++++ RECORDS FOR THE TASK

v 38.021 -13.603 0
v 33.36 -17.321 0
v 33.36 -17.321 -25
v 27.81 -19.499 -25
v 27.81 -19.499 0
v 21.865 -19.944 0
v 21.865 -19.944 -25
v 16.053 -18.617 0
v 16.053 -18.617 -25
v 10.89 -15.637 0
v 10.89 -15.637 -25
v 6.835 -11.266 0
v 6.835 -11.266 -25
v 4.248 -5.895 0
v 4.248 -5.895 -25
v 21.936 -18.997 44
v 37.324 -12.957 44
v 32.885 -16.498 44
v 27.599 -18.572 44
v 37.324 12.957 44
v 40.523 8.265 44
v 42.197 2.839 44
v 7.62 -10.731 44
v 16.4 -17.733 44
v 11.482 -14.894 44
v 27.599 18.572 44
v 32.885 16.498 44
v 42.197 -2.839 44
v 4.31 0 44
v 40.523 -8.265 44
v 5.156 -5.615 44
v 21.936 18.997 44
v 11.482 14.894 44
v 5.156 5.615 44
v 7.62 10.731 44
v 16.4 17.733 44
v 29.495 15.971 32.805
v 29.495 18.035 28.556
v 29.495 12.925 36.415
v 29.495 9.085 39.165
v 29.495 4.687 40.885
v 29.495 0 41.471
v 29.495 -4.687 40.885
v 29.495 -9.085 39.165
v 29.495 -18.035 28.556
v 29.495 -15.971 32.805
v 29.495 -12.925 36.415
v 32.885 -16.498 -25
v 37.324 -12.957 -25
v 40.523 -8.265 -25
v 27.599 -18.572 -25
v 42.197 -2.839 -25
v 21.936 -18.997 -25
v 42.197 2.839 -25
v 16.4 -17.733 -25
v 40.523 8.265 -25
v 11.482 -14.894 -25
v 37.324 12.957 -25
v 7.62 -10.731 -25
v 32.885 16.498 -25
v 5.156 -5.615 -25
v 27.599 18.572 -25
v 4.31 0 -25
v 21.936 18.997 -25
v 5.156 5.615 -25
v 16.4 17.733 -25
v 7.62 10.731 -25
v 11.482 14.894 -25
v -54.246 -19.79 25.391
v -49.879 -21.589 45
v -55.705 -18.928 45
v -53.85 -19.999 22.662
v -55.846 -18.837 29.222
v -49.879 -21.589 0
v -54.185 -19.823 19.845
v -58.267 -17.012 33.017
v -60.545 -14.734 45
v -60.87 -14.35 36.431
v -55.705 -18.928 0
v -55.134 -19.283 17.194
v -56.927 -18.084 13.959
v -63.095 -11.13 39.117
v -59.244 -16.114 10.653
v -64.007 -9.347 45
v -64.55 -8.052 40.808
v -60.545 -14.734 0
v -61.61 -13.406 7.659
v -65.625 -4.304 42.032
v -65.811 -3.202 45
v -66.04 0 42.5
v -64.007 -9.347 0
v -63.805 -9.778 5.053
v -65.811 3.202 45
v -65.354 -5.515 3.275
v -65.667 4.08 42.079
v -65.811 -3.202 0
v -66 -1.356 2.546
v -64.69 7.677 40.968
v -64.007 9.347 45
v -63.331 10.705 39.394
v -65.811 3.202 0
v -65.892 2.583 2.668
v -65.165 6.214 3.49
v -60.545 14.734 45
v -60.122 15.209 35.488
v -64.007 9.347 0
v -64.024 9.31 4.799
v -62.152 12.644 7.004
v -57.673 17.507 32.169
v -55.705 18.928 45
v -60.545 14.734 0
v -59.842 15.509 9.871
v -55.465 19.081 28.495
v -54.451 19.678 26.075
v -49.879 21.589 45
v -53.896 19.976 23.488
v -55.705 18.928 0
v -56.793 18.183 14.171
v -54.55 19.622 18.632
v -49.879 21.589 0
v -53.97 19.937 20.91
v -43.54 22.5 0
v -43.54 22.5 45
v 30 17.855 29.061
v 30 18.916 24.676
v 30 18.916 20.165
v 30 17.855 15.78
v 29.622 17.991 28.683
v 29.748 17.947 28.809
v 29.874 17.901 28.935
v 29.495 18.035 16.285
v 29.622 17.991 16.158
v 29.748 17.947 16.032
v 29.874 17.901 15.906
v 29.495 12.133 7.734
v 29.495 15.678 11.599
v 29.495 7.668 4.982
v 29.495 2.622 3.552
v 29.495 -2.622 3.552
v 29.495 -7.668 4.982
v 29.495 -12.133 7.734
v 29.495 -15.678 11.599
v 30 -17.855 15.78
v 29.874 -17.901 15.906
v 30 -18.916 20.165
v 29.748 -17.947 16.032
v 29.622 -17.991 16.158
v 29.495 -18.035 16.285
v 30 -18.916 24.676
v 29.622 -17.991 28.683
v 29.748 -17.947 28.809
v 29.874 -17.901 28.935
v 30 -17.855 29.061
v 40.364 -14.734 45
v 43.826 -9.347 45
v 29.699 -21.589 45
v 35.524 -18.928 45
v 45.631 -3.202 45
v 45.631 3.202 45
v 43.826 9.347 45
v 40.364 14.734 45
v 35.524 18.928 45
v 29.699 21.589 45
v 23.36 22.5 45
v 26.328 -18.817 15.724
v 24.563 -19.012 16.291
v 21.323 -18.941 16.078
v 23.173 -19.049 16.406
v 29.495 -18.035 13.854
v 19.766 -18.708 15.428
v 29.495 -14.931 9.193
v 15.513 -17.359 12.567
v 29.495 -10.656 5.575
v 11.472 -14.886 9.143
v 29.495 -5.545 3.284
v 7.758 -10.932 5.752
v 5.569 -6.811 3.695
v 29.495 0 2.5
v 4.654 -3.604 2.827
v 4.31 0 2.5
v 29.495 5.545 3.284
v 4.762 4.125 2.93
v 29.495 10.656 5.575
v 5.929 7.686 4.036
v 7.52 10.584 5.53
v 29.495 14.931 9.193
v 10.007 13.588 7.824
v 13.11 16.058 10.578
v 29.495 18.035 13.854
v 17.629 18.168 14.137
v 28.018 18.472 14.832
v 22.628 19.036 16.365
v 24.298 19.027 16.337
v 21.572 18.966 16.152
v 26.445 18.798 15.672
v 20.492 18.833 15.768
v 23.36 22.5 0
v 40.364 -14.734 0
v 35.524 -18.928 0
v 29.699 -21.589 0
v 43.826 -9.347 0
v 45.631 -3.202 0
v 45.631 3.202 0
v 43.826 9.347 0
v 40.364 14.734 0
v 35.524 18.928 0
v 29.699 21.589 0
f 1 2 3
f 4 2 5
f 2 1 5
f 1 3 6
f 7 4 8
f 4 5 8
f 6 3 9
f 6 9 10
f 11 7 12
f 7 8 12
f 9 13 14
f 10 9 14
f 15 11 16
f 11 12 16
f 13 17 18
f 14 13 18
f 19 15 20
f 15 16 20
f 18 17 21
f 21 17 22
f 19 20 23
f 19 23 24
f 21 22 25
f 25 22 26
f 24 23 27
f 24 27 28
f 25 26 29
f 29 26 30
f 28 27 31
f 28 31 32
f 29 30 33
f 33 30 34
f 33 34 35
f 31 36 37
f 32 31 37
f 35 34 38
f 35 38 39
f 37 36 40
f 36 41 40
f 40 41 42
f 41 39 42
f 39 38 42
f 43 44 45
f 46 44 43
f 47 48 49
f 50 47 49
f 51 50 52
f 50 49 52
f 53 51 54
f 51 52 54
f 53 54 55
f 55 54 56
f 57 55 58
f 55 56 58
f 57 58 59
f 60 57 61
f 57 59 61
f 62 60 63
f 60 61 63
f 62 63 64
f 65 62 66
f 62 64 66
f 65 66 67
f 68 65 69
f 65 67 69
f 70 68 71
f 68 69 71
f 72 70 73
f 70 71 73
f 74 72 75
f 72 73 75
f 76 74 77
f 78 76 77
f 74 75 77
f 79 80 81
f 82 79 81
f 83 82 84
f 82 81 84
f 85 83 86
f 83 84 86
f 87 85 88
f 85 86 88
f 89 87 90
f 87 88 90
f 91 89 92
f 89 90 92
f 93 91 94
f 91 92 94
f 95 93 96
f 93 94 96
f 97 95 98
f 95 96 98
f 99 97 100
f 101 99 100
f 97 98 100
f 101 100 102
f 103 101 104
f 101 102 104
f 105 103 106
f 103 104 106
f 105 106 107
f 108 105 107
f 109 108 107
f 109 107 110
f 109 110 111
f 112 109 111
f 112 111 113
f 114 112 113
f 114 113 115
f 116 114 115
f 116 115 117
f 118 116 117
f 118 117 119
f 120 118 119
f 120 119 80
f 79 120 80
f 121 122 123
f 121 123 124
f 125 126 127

++++++++

INSTRUCTIONS TO FOLLOW -> Only an exact copy of the lines from the beginning of the listing through the line with "v 4.248 -5.895 -25", both included, belongs in the answer.

TASK RESULT ->
v 38.021 -13.603 0
v 33.36 -17.321 0
v 33.36 -17.321 -25
v 27.81 -19.499 -25
v 27.81 -19.499 0
v 21.865 -19.944 0
v 21.865 -19.944 -25
v 16.053 -18.617 0
v 16.053 -18.617 -25
v 10.89 -15.637 0
v 10.89 -15.637 -25
v 6.835 -11.266 0
v 6.835 -11.266 -25
v 4.248 -5.895 0
v 4.248 -5.895 -25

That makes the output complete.